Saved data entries
────
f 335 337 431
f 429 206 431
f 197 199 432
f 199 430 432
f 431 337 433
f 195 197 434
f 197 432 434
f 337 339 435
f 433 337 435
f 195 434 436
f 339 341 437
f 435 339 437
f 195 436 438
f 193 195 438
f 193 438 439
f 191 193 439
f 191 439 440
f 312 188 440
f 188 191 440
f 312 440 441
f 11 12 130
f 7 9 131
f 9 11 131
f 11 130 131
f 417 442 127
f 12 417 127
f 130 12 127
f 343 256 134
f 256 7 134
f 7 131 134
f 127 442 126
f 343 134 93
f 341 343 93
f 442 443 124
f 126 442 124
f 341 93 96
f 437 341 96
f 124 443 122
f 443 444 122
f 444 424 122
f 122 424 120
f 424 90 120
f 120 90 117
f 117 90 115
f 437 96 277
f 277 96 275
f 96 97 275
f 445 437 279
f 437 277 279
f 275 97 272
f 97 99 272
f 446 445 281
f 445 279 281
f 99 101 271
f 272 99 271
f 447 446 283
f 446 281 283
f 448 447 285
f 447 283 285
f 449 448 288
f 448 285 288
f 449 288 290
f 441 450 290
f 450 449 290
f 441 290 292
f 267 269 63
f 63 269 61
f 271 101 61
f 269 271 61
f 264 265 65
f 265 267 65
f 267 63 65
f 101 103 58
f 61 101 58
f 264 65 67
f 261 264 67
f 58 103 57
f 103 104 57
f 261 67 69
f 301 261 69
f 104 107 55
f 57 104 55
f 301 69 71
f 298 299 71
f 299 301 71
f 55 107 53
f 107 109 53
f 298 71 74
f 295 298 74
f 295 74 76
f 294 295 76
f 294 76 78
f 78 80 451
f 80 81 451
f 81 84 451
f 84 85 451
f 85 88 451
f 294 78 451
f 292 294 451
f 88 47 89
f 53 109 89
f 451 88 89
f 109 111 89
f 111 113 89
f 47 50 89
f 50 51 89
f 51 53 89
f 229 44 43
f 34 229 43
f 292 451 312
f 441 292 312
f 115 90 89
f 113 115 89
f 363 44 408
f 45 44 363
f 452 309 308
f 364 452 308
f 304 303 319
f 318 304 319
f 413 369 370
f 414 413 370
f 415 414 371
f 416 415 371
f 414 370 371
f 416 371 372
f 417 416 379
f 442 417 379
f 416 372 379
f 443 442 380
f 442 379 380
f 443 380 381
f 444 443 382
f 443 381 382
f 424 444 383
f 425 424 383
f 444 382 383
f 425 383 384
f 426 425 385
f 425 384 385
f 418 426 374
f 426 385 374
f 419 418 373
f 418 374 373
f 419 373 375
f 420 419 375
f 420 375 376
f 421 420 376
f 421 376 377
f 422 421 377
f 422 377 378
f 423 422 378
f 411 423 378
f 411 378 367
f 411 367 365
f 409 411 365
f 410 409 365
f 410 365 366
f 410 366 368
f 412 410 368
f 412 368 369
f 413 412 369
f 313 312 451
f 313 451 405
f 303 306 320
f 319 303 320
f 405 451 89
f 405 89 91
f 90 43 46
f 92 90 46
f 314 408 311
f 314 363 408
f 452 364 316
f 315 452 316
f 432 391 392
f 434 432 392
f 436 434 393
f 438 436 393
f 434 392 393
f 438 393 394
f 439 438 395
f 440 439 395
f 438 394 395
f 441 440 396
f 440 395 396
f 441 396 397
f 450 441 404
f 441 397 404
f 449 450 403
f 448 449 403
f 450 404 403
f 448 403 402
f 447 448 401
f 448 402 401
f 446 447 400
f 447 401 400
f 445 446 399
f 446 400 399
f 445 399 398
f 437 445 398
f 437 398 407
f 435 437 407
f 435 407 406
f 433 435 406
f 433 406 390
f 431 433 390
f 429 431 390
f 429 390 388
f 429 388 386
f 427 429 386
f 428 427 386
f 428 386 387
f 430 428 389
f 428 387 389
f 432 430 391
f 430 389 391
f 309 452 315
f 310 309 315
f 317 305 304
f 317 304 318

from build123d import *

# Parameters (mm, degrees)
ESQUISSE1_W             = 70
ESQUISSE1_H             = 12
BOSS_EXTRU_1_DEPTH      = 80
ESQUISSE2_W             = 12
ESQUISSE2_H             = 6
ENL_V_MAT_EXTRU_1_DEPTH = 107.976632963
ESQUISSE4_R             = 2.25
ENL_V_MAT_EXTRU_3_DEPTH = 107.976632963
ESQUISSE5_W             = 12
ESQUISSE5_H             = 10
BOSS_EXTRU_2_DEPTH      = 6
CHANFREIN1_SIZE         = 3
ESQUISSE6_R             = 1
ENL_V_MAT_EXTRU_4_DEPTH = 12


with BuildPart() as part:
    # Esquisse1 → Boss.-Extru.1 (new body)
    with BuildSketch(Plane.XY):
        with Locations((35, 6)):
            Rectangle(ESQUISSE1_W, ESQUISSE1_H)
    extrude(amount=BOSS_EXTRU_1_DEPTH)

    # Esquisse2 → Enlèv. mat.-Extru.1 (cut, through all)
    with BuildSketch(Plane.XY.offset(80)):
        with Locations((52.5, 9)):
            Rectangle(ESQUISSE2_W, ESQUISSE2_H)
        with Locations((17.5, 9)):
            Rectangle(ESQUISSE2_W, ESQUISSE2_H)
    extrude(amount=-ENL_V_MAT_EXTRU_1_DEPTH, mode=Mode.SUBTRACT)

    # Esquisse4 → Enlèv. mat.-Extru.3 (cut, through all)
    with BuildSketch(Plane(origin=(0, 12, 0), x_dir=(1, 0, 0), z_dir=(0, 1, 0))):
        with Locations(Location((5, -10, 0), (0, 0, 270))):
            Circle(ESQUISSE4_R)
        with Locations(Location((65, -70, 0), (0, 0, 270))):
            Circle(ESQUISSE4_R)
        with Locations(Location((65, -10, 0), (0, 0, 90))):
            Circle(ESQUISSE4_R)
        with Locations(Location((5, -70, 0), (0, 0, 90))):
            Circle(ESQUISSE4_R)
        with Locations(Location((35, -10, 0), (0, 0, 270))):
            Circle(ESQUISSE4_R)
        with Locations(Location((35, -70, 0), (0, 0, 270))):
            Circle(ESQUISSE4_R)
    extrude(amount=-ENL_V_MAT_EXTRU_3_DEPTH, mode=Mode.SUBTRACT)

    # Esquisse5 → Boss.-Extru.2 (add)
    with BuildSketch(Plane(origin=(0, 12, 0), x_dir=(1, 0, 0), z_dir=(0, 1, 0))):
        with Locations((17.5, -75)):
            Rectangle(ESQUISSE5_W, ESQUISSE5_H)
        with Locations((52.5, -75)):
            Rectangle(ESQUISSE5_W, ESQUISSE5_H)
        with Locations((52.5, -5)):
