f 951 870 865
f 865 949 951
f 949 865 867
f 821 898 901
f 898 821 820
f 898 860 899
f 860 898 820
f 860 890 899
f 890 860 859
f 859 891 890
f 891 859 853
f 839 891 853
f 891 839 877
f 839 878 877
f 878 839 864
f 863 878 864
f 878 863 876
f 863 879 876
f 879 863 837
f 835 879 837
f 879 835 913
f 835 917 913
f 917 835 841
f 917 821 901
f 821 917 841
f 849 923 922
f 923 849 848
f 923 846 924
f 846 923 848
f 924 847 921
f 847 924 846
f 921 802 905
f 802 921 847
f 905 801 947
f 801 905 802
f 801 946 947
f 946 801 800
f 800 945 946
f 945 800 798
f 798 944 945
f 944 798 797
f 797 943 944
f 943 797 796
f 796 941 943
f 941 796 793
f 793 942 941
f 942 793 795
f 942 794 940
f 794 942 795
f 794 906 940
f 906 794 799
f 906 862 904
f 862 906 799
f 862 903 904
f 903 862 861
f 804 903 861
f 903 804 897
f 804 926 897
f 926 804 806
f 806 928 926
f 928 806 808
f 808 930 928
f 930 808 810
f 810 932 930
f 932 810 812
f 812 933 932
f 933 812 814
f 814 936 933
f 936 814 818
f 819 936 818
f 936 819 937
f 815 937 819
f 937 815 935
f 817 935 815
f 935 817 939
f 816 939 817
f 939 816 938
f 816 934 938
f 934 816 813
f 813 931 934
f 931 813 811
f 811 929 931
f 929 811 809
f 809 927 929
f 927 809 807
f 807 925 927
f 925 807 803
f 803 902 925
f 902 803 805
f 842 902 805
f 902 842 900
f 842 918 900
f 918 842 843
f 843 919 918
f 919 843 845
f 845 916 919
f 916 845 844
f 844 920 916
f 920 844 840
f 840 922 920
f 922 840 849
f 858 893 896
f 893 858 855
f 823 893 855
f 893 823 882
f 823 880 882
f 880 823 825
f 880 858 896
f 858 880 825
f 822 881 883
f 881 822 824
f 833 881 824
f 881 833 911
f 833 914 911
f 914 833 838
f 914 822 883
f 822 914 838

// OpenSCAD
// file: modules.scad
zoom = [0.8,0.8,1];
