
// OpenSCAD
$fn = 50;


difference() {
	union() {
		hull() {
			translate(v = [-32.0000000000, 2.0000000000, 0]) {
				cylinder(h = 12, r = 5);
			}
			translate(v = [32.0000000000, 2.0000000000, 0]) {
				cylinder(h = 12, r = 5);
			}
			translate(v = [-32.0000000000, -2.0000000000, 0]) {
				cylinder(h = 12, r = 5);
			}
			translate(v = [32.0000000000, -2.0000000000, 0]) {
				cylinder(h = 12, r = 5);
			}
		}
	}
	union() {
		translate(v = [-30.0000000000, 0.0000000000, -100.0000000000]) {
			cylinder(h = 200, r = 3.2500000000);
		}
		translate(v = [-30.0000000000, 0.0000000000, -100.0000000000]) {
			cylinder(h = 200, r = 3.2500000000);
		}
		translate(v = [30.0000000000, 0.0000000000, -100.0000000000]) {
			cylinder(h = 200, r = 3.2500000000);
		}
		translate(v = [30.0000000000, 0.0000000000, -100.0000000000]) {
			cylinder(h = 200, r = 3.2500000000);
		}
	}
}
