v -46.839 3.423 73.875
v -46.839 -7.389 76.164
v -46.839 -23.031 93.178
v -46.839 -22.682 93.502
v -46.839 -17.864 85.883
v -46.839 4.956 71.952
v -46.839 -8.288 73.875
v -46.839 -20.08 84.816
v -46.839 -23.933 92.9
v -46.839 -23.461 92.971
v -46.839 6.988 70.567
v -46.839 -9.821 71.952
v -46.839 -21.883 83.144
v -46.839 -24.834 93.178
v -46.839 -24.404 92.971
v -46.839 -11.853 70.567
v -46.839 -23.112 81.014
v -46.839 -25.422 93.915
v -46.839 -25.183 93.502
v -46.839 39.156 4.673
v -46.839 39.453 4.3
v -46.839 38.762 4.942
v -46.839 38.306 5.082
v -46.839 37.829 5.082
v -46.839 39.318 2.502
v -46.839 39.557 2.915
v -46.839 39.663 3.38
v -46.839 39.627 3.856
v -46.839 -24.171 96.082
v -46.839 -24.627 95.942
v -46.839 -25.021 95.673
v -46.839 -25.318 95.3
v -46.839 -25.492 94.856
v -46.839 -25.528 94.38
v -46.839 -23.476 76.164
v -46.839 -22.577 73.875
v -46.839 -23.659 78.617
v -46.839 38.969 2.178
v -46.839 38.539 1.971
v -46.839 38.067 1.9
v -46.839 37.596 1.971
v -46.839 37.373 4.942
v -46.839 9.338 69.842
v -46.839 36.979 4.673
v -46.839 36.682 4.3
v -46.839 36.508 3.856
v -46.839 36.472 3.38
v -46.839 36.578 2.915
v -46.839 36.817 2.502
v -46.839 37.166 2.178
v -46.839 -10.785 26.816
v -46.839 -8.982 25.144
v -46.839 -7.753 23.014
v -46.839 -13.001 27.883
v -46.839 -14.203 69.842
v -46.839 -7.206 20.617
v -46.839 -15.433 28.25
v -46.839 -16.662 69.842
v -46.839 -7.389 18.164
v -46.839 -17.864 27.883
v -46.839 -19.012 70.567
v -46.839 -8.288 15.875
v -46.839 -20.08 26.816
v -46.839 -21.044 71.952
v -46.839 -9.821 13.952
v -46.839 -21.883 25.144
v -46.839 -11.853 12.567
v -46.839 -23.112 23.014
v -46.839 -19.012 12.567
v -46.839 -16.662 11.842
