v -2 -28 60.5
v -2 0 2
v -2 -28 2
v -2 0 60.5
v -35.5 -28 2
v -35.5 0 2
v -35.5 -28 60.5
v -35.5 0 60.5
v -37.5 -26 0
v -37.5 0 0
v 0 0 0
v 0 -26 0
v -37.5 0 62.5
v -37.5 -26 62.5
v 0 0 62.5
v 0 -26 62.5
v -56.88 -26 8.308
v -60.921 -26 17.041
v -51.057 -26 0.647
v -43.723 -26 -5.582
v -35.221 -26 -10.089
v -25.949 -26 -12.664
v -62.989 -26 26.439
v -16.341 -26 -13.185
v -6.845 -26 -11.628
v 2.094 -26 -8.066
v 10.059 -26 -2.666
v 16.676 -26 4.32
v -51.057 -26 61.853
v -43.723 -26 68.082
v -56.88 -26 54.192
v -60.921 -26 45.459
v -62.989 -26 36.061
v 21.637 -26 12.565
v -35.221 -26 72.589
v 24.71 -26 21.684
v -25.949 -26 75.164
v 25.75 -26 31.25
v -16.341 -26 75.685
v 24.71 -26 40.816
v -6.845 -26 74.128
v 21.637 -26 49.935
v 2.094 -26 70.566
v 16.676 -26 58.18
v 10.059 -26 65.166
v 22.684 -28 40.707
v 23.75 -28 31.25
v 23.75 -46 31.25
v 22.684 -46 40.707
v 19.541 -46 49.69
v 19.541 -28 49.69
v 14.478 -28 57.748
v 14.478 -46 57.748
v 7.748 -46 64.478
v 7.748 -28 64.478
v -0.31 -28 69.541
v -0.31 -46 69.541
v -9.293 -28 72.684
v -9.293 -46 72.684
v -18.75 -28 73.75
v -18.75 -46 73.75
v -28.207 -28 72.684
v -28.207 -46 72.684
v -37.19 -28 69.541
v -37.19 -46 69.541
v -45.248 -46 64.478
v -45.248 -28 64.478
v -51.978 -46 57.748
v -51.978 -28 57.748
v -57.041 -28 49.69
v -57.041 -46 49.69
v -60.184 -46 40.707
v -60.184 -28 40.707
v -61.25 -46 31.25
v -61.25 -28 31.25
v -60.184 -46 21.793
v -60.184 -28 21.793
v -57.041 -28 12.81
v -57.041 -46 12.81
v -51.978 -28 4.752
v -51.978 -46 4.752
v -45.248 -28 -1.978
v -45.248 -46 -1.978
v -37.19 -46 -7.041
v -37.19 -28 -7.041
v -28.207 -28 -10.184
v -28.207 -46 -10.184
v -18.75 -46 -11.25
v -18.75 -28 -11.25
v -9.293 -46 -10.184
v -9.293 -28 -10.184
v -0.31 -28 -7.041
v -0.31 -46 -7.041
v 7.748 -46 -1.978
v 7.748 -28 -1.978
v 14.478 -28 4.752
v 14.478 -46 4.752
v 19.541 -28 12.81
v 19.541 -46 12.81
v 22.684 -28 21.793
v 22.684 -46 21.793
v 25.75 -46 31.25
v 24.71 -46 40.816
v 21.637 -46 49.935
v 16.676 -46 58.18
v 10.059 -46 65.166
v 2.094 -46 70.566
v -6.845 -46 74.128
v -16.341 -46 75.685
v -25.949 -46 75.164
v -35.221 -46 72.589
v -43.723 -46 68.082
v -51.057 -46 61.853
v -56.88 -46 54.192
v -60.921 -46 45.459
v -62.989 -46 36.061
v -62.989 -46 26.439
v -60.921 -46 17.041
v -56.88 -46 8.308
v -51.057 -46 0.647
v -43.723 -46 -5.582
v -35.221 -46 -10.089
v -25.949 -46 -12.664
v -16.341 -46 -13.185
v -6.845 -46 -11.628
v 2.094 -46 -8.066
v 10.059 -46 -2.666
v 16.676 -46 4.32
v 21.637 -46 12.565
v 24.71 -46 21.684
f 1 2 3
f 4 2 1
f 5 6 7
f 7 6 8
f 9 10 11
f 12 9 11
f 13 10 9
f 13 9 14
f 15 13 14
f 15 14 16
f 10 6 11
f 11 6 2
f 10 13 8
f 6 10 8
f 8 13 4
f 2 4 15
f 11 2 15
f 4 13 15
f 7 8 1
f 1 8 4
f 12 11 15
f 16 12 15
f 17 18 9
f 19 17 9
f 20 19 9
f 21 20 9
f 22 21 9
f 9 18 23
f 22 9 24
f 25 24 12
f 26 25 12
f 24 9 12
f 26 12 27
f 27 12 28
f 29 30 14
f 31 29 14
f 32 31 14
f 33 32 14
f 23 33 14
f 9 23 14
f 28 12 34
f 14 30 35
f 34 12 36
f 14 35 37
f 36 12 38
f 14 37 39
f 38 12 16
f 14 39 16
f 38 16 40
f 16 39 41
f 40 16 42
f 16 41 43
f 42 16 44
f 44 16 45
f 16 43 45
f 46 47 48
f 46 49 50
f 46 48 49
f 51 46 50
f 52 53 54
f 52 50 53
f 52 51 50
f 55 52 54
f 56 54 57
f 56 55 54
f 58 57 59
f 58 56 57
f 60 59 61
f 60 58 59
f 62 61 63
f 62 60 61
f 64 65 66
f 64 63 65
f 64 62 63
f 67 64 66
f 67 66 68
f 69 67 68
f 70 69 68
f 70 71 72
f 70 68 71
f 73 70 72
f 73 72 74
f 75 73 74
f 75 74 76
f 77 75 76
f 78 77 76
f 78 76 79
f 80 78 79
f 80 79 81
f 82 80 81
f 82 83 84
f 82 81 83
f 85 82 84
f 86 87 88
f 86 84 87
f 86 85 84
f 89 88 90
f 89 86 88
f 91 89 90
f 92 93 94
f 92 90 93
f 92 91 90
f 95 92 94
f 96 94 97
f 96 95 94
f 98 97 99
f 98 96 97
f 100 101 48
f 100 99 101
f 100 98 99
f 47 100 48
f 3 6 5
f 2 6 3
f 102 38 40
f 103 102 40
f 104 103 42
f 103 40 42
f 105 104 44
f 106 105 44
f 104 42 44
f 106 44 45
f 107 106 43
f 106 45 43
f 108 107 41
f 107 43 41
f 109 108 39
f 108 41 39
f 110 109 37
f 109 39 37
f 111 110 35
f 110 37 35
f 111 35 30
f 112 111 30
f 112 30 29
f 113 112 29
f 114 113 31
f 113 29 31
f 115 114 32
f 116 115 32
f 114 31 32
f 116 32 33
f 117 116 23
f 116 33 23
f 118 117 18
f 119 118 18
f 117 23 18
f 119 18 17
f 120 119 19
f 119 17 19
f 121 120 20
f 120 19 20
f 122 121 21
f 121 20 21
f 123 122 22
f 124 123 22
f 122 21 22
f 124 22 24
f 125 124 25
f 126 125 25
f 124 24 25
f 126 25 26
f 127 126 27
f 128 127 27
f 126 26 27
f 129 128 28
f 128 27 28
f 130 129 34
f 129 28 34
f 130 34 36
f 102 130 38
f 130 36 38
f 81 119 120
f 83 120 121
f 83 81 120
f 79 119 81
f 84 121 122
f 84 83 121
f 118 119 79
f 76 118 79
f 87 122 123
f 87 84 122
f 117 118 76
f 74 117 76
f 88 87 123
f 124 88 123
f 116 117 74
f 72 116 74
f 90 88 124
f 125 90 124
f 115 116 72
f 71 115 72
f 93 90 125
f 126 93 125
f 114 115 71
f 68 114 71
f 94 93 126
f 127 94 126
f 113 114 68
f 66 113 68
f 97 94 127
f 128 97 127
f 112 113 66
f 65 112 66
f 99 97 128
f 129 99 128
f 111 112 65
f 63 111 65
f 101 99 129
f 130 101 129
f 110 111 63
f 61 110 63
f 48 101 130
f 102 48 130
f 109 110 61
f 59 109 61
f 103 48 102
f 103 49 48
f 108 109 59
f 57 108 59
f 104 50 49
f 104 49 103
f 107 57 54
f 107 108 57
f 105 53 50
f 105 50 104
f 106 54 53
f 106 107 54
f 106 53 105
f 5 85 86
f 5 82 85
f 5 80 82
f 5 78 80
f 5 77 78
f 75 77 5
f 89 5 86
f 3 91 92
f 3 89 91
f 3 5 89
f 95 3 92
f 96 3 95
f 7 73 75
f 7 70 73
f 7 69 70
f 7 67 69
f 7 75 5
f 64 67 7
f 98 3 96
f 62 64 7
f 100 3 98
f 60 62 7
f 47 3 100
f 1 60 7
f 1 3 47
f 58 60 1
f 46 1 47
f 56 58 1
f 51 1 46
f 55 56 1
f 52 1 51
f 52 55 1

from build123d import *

# Parameters (mm, degrees)
F0_W     = 37.5
F0_H     = 62.5
F1_DEPTH = 26
F2_R     = 44.5
F2_W     = 37.5
F2_H     = 62.5
F3_DEPTH = 20
F4_T     = -2


with BuildPart() as f1:
    # F0 (on Front) → F1 (new body)
    with BuildSketch(Plane.XZ):
        with Locations((-18.75, 31.25)):
            Rectangle(F0_W, F0_H)
    extrude(amount=F1_DEPTH)

    # F2 (on face) → F3 (join)
    with BuildSketch(Plane.XZ.offset(26)):
        with Locations((-18.75, 31.25)):
            Circle(F2_R)
        with Locations((-18.75, 31.25)):
            Rectangle(F2_W, F2_H, mode=Mode.SUBTRACT)
        with Locations((-18.75, 31.25)):
            Rectangle(F2_W, F2_H)
    extrude(amount=F3_DEPTH)

    # F4
    f4_openings = [f1.faces().sort_by_distance(p)[0] for p in [
        (-18.75, -46, 31.25),
        (-18.75, 0, 31.25),
    ]]
    offset(amount=F4_T, openings=f4_openings, kind=Kind.INTERSECTION)


solid = f1.part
────
Could you reproduce, exactly, every line above from the line with "f 927 809 807" to the line with "v -46.839 -20.08 84.816", and no other line? Both ends count.

f 927 809 807
f 807 925 927
f 925 807 803
f 803 902 925
f 902 803 805
f 842 902 805
f 902 842 900
f 842 918 900
f 918 842 843
f 843 919 918
f 919 843 845
f 845 916 919
f 916 845 844
f 844 920 916
f 920 844 840
f 840 922 920
f 922 840 849
f 858 893 896
f 893 858 855
f 823 893 855
f 893 823 882
f 823 880 882
f 880 823 825
f 880 858 896
f 858 880 825
f 822 881 883
f 881 822 824
f 833 881 824
f 881 833 911
f 833 914 911
f 914 833 838
f 914 822 883
f 822 914 838

// OpenSCAD
// file: modules.scad
zoom = [0.8,0.8,1];

// OpenSCAD
$fn = 50;


difference() {
	union() {
		hull() {
			translate(v = [-32.0000000000, 2.0000000000, 0]) {
				cylinder(h = 12, r = 5);
			}
			translate(v = [32.0000000000, 2.0000000000, 0]) {
				cylinder(h = 12, r = 5);
			}
			translate(v = [-32.0000000000, -2.0000000000, 0]) {
				cylinder(h = 12, r = 5);
			}
			translate(v = [32.0000000000, -2.0000000000, 0]) {
				cylinder(h = 12, r = 5);
			}
		}
	}
	union() {
		translate(v = [-30.0000000000, 0.0000000000, -100.0000000000]) {
			cylinder(h = 200, r = 3.2500000000);
		}
		translate(v = [-30.0000000000, 0.0000000000, -100.0000000000]) {
			cylinder(h = 200, r = 3.2500000000);
		}
		translate(v = [30.0000000000, 0.0000000000, -100.0000000000]) {
			cylinder(h = 200, r = 3.2500000000);
		}
		translate(v = [30.0000000000, 0.0000000000, -100.0000000000]) {
			cylinder(h = 200, r = 3.2500000000);
		}
	}
}
v -46.839 3.423 73.875
v -46.839 -7.389 76.164
v -46.839 -23.031 93.178
v -46.839 -22.682 93.502
v -46.839 -17.864 85.883
v -46.839 4.956 71.952
v -46.839 -8.288 73.875
v -46.839 -20.08 84.816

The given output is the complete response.